Justin - Yes, that is just some old anchor rope I practice with. I was going to use new prusik cord, and a blake's knot on the other end where it attaches to the climbing line. (btw its Dean, not Dan )


----------



## TheTreeSpyder (Aug 17, 2006)

i think that it is secure; but not as clean or strong as double or triple noose/ anchor to itself; or our double/triple fisherpson's same with crossed round turn.

Here, the force after the Anchor/ on 'throat of Standing Part is minimal; as this vital part of determining strength enters first arc that leverages force, and friction that stretches line skinnier to add up to more compromised line tensile.

But with the double or triple noose/ anchor to self etc.; the force travels around krab, and the remainder grips the 'throat' of the Standing Part; at this first bend. i think the force around the 'throat' firms this vital area. i point to the consistent reports of higher percentage of line tensile preserved (or even sometimes surpassed?) in using this hitch; as opposed to virtually any other. Also, if we take a Round Turn (an upgrade that about always improves things) around the host mount of the krab first, then perform the double noose/ anchor to self etc.; we lose some security and preserved tensile strength by some reports. i think that generally we can do better by decreasing force sooner before the Bitters is nipped/ seized by placing it's lesser force under the holding force of the Standing Part. But here, force further down the Bitters (in Round Turn around self) can perform a helpful function of better clamping force to secure as well as fortify 'throat'. A Round Turn preceding, reducing what is now a helpful use of force; though in most lacings this isn't the case.


----------



## 046 (Aug 17, 2006)

here's what I use for my lifeline. a triplefisherman, possibly the most secure bend known. note: whipping contributes no strength. this setup is ideal for a termination you don't need to untie. double and triple fisherman jam so hard, it's hard to undo. 

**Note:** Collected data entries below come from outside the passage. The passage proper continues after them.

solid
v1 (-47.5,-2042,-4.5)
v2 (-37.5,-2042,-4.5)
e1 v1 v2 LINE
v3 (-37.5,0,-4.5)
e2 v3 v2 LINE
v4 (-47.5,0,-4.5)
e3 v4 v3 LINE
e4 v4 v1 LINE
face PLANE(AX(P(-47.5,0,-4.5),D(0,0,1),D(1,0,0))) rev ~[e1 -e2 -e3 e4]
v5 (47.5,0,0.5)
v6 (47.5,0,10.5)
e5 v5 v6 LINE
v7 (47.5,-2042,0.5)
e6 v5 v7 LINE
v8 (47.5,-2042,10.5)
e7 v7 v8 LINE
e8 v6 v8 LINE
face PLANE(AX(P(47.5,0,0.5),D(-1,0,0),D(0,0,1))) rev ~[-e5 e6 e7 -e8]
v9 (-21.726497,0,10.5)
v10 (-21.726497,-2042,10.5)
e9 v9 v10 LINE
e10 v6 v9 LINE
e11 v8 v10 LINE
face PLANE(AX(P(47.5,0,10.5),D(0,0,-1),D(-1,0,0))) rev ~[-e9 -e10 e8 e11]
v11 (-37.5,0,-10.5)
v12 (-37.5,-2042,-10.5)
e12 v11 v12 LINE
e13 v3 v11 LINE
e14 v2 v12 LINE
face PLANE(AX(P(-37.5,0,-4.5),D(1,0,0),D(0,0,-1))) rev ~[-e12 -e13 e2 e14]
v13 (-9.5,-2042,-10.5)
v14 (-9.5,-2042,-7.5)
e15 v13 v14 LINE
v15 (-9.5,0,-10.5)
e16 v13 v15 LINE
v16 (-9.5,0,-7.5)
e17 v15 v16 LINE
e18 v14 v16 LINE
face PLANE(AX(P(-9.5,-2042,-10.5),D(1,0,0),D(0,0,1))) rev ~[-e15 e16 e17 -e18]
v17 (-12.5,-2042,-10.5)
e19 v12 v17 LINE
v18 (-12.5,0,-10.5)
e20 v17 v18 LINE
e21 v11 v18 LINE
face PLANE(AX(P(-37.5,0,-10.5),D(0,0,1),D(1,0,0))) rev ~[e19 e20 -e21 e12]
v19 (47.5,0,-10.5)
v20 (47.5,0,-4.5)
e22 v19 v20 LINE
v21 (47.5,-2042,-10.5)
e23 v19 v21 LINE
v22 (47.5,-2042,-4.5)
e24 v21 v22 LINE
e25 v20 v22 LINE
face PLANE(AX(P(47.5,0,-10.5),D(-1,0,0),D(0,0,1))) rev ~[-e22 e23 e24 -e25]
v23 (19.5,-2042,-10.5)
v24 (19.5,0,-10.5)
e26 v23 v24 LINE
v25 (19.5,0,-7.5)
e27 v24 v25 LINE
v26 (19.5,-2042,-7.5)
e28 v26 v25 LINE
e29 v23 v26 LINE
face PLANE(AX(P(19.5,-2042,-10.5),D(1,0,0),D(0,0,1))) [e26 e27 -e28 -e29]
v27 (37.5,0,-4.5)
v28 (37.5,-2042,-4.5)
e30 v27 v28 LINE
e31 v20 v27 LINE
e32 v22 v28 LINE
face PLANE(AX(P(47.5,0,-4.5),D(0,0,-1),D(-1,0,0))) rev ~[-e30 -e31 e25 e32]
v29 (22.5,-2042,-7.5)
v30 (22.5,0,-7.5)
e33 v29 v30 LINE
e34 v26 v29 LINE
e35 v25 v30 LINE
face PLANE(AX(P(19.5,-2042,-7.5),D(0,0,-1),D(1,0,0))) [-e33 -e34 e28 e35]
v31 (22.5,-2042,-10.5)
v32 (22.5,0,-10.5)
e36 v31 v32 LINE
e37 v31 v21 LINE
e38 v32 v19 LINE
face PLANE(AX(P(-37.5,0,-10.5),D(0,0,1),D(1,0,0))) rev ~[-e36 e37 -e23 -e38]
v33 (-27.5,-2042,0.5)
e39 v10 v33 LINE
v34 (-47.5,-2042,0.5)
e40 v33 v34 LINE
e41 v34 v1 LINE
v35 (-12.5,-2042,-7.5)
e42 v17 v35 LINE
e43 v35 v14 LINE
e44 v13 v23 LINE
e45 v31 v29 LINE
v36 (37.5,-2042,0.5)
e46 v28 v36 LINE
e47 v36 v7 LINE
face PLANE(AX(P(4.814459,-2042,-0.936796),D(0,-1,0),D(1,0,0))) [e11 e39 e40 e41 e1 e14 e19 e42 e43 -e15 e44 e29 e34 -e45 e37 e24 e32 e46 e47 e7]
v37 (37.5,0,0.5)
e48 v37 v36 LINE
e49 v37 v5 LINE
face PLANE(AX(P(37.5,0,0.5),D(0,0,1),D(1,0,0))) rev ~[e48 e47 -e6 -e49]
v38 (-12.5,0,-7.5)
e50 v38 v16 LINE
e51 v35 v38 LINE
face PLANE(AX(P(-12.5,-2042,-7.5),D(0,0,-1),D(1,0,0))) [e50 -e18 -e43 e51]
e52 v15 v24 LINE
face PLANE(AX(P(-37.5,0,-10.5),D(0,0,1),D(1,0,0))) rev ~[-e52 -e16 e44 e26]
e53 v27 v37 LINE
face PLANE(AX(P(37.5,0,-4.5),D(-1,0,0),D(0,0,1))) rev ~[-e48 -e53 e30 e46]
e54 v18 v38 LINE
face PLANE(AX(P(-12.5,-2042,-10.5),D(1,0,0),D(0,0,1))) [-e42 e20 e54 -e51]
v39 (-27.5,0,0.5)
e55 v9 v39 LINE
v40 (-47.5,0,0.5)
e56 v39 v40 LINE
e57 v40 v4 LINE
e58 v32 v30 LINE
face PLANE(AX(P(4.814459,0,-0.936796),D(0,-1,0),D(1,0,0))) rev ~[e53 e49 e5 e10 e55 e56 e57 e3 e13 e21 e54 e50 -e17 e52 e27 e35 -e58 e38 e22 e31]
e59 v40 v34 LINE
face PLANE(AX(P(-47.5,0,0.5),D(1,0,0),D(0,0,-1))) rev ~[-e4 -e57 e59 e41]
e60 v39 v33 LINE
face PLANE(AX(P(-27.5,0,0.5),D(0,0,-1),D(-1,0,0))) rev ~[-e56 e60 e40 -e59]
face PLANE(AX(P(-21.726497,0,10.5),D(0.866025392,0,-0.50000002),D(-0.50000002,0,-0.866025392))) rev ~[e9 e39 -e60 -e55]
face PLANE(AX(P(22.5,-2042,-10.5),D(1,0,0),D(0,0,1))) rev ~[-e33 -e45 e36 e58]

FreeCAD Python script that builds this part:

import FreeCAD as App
import Part
import Sketcher

V = App.Vector
Q = App.Units.Quantity

doc = App.newDocument("Part")
params = doc.addObject("Spreadsheet::Sheet", "Params")
for row, (alias, value) in enumerate([
    ("sketch1_width", "20 mm"),
    ("sketch1_width2", "10 mm"),
    ("sketch1_width3", "85 mm"),
    ("sketch1_height", "5 mm"),
    ("sketch1_height2", "6 mm"),
    ("pad1_length", "2042 mm"),
    ("sketch2_width", "3 mm"),
], start=1):
    params.set(f"A{row}", alias)
    params.set(f"B{row}", "=" + value)
    params.setAlias(f"B{row}", alias)

body = doc.addObject("PartDesign::Body", "Body")

# Sketch on XZ plane
sketch1 = body.newObject("Sketcher::SketchObject", "Sketch")
sketch1.AttachmentSupport = (doc.getObject("XZ_Plane"), [""])
sketch1.MapMode = "FlatFace"
sketch1.addGeometry(Part.LineSegment(V(48, 10, 0), V(-22, 10, 0)), False)
sketch1.addGeometry(Part.LineSegment(V(-22, 10, 0), V(-28, 0, 0)), False)
sketch1.addGeometry(Part.LineSegment(V(-28, 0, 0), V(-48, 0, 0)), False)
sketch1.addGeometry(Part.LineSegment(V(-48, 0, 0), V(-48, -4, 0)), False)
sketch1.addGeometry(Part.LineSegment(V(-48, -4, 0), V(-38, -4, 0)), False)
sketch1.addGeometry(Part.LineSegment(V(-38, -4, 0), V(-38, -10, 0)), False)
sketch1.addGeometry(Part.LineSegment(V(-38, -10, 0), V(48, -10, 0)), False)
sketch1.addGeometry(Part.LineSegment(V(48, -10, 0), V(48, -4, 0)), False)
sketch1.addGeometry(Part.LineSegment(V(48, -4, 0), V(38, -4, 0)), False)
sketch1.addGeometry(Part.LineSegment(V(38, -4, 0), V(38, 0, 0)), False)
sketch1.addGeometry(Part.LineSegment(V(38, 0, 0), V(48, 0, 0)), False)
sketch1.addGeometry(Part.LineSegment(V(48, 0, 0), V(48, 10, 0)), False)
sketch1.addConstraint(Sketcher.Constraint("Coincident", 0, 2, 1, 1))
sketch1.addConstraint(Sketcher.Constraint("Coincident", 1, 2, 2, 1))
sketch1.addConstraint(Sketcher.Constraint("Coincident", 2, 2, 3, 1))
sketch1.addConstraint(Sketcher.Constraint("Coincident", 3, 2, 4, 1))
sketch1.addConstraint(Sketcher.Constraint("Coincident", 4, 2, 5, 1))
sketch1.addConstraint(Sketcher.Constraint("Coincident", 5, 2, 6, 1))
sketch1.addConstraint(Sketcher.Constraint("Coincident", 6, 2, 7, 1))
sketch1.addConstraint(Sketcher.Constraint("Coincident", 7, 2, 8, 1))
sketch1.addConstraint(Sketcher.Constraint("Coincident", 8, 2, 9, 1))
sketch1.addConstraint(Sketcher.Constraint("Coincident", 9, 2, 10, 1))
sketch1.addConstraint(Sketcher.Constraint("Coincident", 10, 2, 11, 1))
sketch1.addConstraint(Sketcher.Constraint("Coincident", 11, 2, 0, 1))
sketch1.addConstraint(Sketcher.Constraint("Horizontal", 0))
sketch1.addConstraint(Sketcher.Constraint("Horizontal", 2))
sketch1.addConstraint(Sketcher.Constraint("Vertical", 3))
sketch1.addConstraint(Sketcher.Constraint("Horizontal", 4))
sketch1.addConstraint(Sketcher.Constraint("Vertical", 5))
sketch1.addConstraint(Sketcher.Constraint("Horizontal", 6))
sketch1.addConstraint(Sketcher.Constraint("Vertical", 7))
sketch1.addConstraint(Sketcher.Constraint("Horizontal", 8))
sketch1.addConstraint(Sketcher.Constraint("Vertical", 9))
sketch1.addConstraint(Sketcher.Constraint("Horizontal", 10))
sketch1.addConstraint(Sketcher.Constraint("Vertical", 11))
sketch1.addConstraint(Sketcher.Constraint("Symmetric", 3, 2, 7, 2, -2))
sketch1.addConstraint(Sketcher.Constraint("Symmetric", 2, 2, 10, 2, -2))
sketch1.addConstraint(Sketcher.Constraint("Equal", 4, 8))
sketch1.addConstraint(Sketcher.Constraint("Equal", 10, 11))
sketch1.addConstraint(Sketcher.Constraint("DistanceX", 2, 2, 2, 1, 20.0))
sketch1.addConstraint(Sketcher.Constraint("DistanceX", 4, 1, 4, 2, 10.0))
sketch1.addConstraint(Sketcher.Constraint("DistanceX", 6, 1, 6, 2, 85.0))
sketch1.addConstraint(Sketcher.Constraint("DistanceY", 3, 2, 3, 1, 5.0))
sketch1.addConstraint(Sketcher.Constraint("DistanceY", 5, 2, 5, 1, 6.0))
sketch1.addConstraint(Sketcher.Constraint("Angle", 1, Q("-120.000001 deg")))
sketch1.addConstraint(Sketcher.Constraint("DistanceY", -1, 1, 0, 2, 10.5))
sketch1.setExpression("Constraints[27]", "Params.sketch1_width")
sketch1.setExpression("Constraints[28]", "Params.sketch1_width2")
sketch1.setExpression("Constraints[29]", "Params.sketch1_width3")
sketch1.setExpression("Constraints[30]", "Params.sketch1_height")
sketch1.setExpression("Constraints[31]", "Params.sketch1_height2")
pad1 = body.newObject("PartDesign::Pad", "Pad")
pad1.Profile = sketch1
pad1.setExpression("Length", "Params.pad1_length")

# Sketch on XZ plane
sketch2 = body.newObject("Sketcher::SketchObject", "Sketch001")
sketch2.AttachmentSupport = (doc.getObject("XZ_Plane"), [""])
sketch2.MapMode = "FlatFace"
sketch2.AttachmentOffset = App.Placement(V(0, 0, 2042), App.Rotation())
sketch2.addGeometry(Part.LineSegment(V(-12.5, -7.5, 0), V(-12.5, -10.5, 0)), False)
sketch2.addGeometry(Part.LineSegment(V(-12.5, -10.5, 0), V(-9.5, -10.5, 0)), False)
sketch2.addGeometry(Part.LineSegment(V(-9.5, -10.5, 0), V(-9.5, -7.5, 0)), False)
sketch2.addGeometry(Part.LineSegment(V(-9.5, -7.5, 0), V(-12.5, -7.5, 0)), False)
sketch2.addGeometry(Part.LineSegment(V(19.5, -7.5, 0), V(19.5, -10.5, 0)), False)
sketch2.addGeometry(Part.LineSegment(V(19.5, -10.5, 0), V(22.5, -10.5, 0)), False)
sketch2.addGeometry(Part.LineSegment(V(22.5, -10.5, 0), V(22.5, -7.5, 0)), False)
sketch2.addGeometry(Part.LineSegment(V(22.5, -7.5, 0), V(19.5, -7.5, 0)), False)
sketch2.addConstraint(Sketcher.Constraint("Coincident", 0, 2, 1, 1))
sketch2.addConstraint(Sketcher.Constraint("Coincident", 1, 2, 2, 1))
sketch2.addConstraint(Sketcher.Constraint("Coincident", 2, 2, 3, 1))
sketch2.addConstraint(Sketcher.Constraint("Coincident", 3, 2, 0, 1))
sketch2.addConstraint(Sketcher.Constraint("Coincident", 4, 2, 5, 1))
sketch2.addConstraint(Sketcher.Constraint("Coincident", 5, 2, 6, 1))
sketch2.addConstraint(Sketcher.Constraint("Coincident", 6, 2, 7, 1))
sketch2.addConstraint(Sketcher.Constraint("Coincident", 7, 2, 4, 1))
sketch2.addConstraint(Sketcher.Constraint("Vertical", 0))
sketch2.addConstraint(Sketcher.Constraint("Horizontal", 1))
sketch2.addConstraint(Sketcher.Constraint("Vertical", 2))
sketch2.addConstraint(Sketcher.Constraint("Horizontal", 3))
sketch2.addConstraint(Sketcher.Constraint("Vertical", 4))
sketch2.addConstraint(Sketcher.Constraint("Horizontal", 5))
sketch2.addConstraint(Sketcher.Constraint("Vertical", 6))
sketch2.addConstraint(Sketcher.Constraint("Horizontal", 7))
sketch2.addConstraint(Sketcher.Constraint("Horizontal", 1, 2, 4, 2))
sketch2.addConstraint(Sketcher.Constraint("Horizontal", 3, 2, 6, 2))
sketch2.addConstraint(Sketcher.Constraint("Equal", 3, 5))
sketch2.addConstraint(Sketcher.Constraint("Equal", 7, 0))
sketch2.addConstraint(Sketcher.Constraint("DistanceX", 1, 1, 1, 2, 3.0))
sketch2.addConstraint(Sketcher.Constraint("DistanceX", 1, 2, 4, 2, 29.0))
sketch2.addConstraint(Sketcher.Constraint("DistanceX", 0, 2, -1, 1, 12.5))
sketch2.addConstraint(Sketcher.Constraint("DistanceY", 0, 2, -1, 1, 10.5))
sketch2.setExpression("Constraints[20]", "Params.sketch2_width")
pocket1 = body.newObject("PartDesign::Pocket", "Pocket")
pocket1.Profile = sketch2
pocket1.Type = "ThroughAll"

doc.recompute()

if I need to untie a termination knot, I'll go with a figure eight backed up with a double fisherman. 

disclaimer: please don't use internet as your only source of info. find an experienced climber for instructions.


----------



## DeanBrown3D (Aug 17, 2006)

Absolutely. Climb020 is coming over hopefully one day this or next week to show me the ropes. Thanks for the knot! I have not seen how to tie that one anywhere but I will look.

Dean


----------



## Stumper (Aug 17, 2006)

Dean, Sorry about changing your name I assumed (incorrectly) that you were looking for a knot to secure your climbing line end to a connector. For that use I prefer a knot that unties easily after loading. Your post above indicates that this is really for tying your split tail to a connector. That is a knot that can stay tied until you discard the tail. By all means consider the Scaffold knot(Dble or triple overhand noose knot aka (due to misnaming several years ago) Dble or triple Fisherman's. These are very secure knots that are also compact and send the tail parrallel to the standing line.


----------



## DeanBrown3D (Aug 17, 2006)

iHey Justin - cheers for that. Good point about it being a permanent knot.


----------



## Fireaxman (Aug 17, 2006)

DeanBrown3D said:


> Thanks for the knot! I have not seen how to tie that one anywhere but I will look.
> 
> Dean



Dean, Stumper or somebody can correct me if I am wrong, but I think the knot 046 is showing you is the same knot you backed up your anchor knot with in your first post of this thread. 046 just put an extra wrap around it with the bitter end before he ran the bitter end back through the center of the knot. Stumper, isn't that the same " Scaffold knot(Dble or triple overhand noose knot aka (due to misnaming several years ago) Dble or triple Fisherman's." you were referring to? I looked up the history on it. Just as you said, it really was used for a gallows (Scaffold) knot before the "Hangman's Noose" was invented. Seems it resulted in a slow death by strangulation, and the more humane "Hangeman's Noose" replaced it because the Hangeman's Noose (properly tied with 13 wraps in heavy enough rope) broke the neck with the heavy wraps above the bend.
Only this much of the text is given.